Magnetoelectric coupling in the multiferroic hybrid-improper ferroelectric Ca3Mn1.9Ti0.1O7

Abstract

Magnetic hybrid-improper ferroelectrics show potential for multiferroicity that is mediated by nonpolar structural distortions that give rise to both ferroelectricity and a net-magnetic spin canting. Here, we report on a pronounced magnetoelectric response of the ferroelectric state to the intrinsic magnetic ordering and to external magnetic fields in Ca3Mn1.9Ti0.1O7, a layered perovskite-type system. We observe a sixfold increase in the temperature-dependent response of the polarization-induced optical second-harmonic-generation (SHG) signal to the magnetic order that we explain as a magnetically triggered interlayer coupling of the polar order.

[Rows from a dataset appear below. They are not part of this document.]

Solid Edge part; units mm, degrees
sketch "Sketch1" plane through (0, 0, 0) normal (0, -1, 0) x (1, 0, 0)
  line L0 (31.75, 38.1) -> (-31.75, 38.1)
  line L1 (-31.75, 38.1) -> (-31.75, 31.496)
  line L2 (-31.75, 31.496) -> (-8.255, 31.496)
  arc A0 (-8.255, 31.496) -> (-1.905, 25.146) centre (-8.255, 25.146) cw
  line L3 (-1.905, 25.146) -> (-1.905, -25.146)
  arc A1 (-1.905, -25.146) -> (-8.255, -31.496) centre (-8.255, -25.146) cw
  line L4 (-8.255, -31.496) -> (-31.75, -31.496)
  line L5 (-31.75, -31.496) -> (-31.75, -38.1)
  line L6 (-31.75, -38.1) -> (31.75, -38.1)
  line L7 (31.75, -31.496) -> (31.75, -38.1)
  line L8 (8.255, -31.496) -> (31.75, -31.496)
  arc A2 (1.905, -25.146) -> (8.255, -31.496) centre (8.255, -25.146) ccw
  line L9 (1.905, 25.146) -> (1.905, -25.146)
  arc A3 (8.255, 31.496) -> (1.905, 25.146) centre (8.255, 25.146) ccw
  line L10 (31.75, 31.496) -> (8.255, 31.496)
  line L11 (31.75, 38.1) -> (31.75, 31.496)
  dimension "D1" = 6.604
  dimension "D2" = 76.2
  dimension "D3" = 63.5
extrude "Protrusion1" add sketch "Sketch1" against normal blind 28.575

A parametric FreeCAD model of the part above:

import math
import FreeCAD as App
import Part
import Sketcher

V = App.Vector
Q = App.Units.Quantity

doc = App.newDocument("Part")
body = doc.addObject("PartDesign::Body", "Body")

# Sketch on XZ plane
sketch1 = doc.addObject("Sketcher::SketchObject", "Sketch")
body.addObject(sketch1)
sketch1.AttachmentSupport = (doc.XZ_Plane, [""])
sketch1.MapMode = "FlatFace"
sketch1.addGeometry(Part.LineSegment(V(32, 31, 0), V(32, 38, 0)), False)
sketch1.addGeometry(Part.LineSegment(V(32, 38, 0), V(-32, 38, 0)), False)
sketch1.addGeometry(Part.LineSegment(V(-32, 38, 0), V(-32, 31, 0)), False)
sketch1.addGeometry(Part.LineSegment(V(-32, 31, 0), V(-8, 31, 0)), False)
sketch1.addGeometry(Part.ArcOfCircle(Part.Circle(V(-8, 25, 0), V(0, 0, 1), 6), math.radians(0), math.radians(90)), False)
sketch1.addGeometry(Part.LineSegment(V(-2, 25, 0), V(-2, -25, 0)), False)
sketch1.addGeometry(Part.ArcOfCircle(Part.Circle(V(-8, -25, 0), V(0, 0, 1), 6), math.radians(-90), math.radians(0)), False)
sketch1.addGeometry(Part.LineSegment(V(-8, -31, 0), V(-32, -31, 0)), False)
sketch1.addGeometry(Part.LineSegment(V(-32, -31, 0), V(-32, -38, 0)), False)
sketch1.addGeometry(Part.LineSegment(V(-32, -38, 0), V(32, -38, 0)), False)
sketch1.addGeometry(Part.LineSegment(V(32, -38, 0), V(32, -31, 0)), False)
sketch1.addGeometry(Part.LineSegment(V(32, -31, 0), V(8, -31, 0)), False)
sketch1.addGeometry(Part.ArcOfCircle(Part.Circle(V(8, -25, 0), V(0, 0, 1), 6), math.radians(180), math.radians(270)), False)
sketch1.addGeometry(Part.LineSegment(V(2, -25, 0), V(2, 25, 0)), False)
sketch1.addGeometry(Part.ArcOfCircle(Part.Circle(V(8, 25, 0), V(0, 0, 1), 6), math.radians(90), math.radians(180)), False)
sketch1.addGeometry(Part.LineSegment(V(8, 31, 0), V(32, 31, 0)), False)
sketch1.addConstraint(Sketcher.Constraint("Coincident", 0, 2, 1, 1))
sketch1.addConstraint(Sketcher.Constraint("Coincident", 1, 2, 2, 1))
sketch1.addConstraint(Sketcher.Constraint("Coincident", 2, 2, 3, 1))
sketch1.addConstraint(Sketcher.Constraint("Tangent", 3, 2, 4, 2))
sketch1.addConstraint(Sketcher.Constraint("Tangent", 4, 1, 5, 1))
sketch1.addConstraint(Sketcher.Constraint("Tangent", 5, 2, 6, 2))
sketch1.addConstraint(Sketcher.Constraint("Tangent", 6, 1, 7, 1))
sketch1.addConstraint(Sketcher.Constraint("Coincident", 7, 2, 8, 1))
sketch1.addConstraint(Sketcher.Constraint("Coincident", 8, 2, 9, 1))
sketch1.addConstraint(Sketcher.Constraint("Coincident", 9, 2, 10, 1))
sketch1.addConstraint(Sketcher.Constraint("Coincident", 10, 2, 11, 1))
sketch1.addConstraint(Sketcher.Constraint("Tangent", 11, 2, 12, 2))
sketch1.addConstraint(Sketcher.Constraint("Tangent", 12, 1, 13, 1))
sketch1.addConstraint(Sketcher.Constraint("Tangent", 13, 2, 14, 2))
sketch1.addConstraint(Sketcher.Constraint("Tangent", 14, 1, 15, 1))
sketch1.addConstraint(Sketcher.Constraint("Coincident", 15, 2, 0, 1))
sketch1.addConstraint(Sketcher.Constraint("Vertical", 0))
sketch1.addConstraint(Sketcher.Constraint("Horizontal", 1))
sketch1.addConstraint(Sketcher.Constraint("Vertical", 2))
sketch1.addConstraint(Sketcher.Constraint("Horizontal", 3))
sketch1.addConstraint(Sketcher.Constraint("Vertical", 5))
sketch1.addConstraint(Sketcher.Constraint("Horizontal", 7))
sketch1.addConstraint(Sketcher.Constraint("Vertical", 8))
sketch1.addConstraint(Sketcher.Constraint("Horizontal", 9))
sketch1.addConstraint(Sketcher.Constraint("Vertical", 10))
sketch1.addConstraint(Sketcher.Constraint("Horizontal", 11))
sketch1.addConstraint(Sketcher.Constraint("Vertical", 13))
sketch1.addConstraint(Sketcher.Constraint("Horizontal", 15))
sketch1.addConstraint(Sketcher.Constraint("Equal", 4, 6))
sketch1.addConstraint(Sketcher.Constraint("Equal", 6, 12))
sketch1.addConstraint(Sketcher.Constraint("Equal", 12, 14))
sketch1.addConstraint(Sketcher.Constraint("Symmetric", 4, 3, 12, 3, -1, 1))
sketch1.addConstraint(Sketcher.Constraint("Symmetric", 0, 2, 8, 2, -1, 1))
sketch1.addConstraint(Sketcher.Constraint("Symmetric", 7, 2, 10, 2, -2))
sketch1.addConstraint(Sketcher.Constraint("Symmetric", 2, 2, 15, 2, -2))
sketch1.addConstraint(Sketcher.Constraint("Radius", 4, Q("0.25 in")))
sketch1.addConstraint(Sketcher.Constraint("DistanceX", 1, 2, 1, 1, Q("2.5 in")))
sketch1.addConstraint(Sketcher.Constraint("DistanceY", 0, 1, 0, 2, Q("0.26 in")))
sketch1.addConstraint(Sketcher.Constraint("DistanceY", 5, 2, 5, 1, Q("1.98 in")))
sketch1.addConstraint(Sketcher.Constraint("DistanceX", 4, 1, 14, 3, Q("0.4 in")))
pad1 = doc.addObject("PartDesign::Pad", "Pad")
body.addObject(pad1)
pad1.Profile = sketch1
pad1.Length = Q("1.125 in")
pad1.Reversed = True

doc.recompute()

Furthermore, an applied magnetic field up to 3 T along the direction of the net magnetization enhances the polarization-induced SHG signal by about 30%. We interpret this as magnetic-field-induced spin canting, which possibly affects the Mn-O bonds and hence the polarization. Optical SHG is of particular advantage to this study as it provides access to the electric polarization with spatial resolution of its domains, unobstructed by the leakage currents that impede contact-based measurements. Our investigations advance the understanding and potential of a highly promising new category of multiferroic materials for magnetoelectric cross control and functionalization.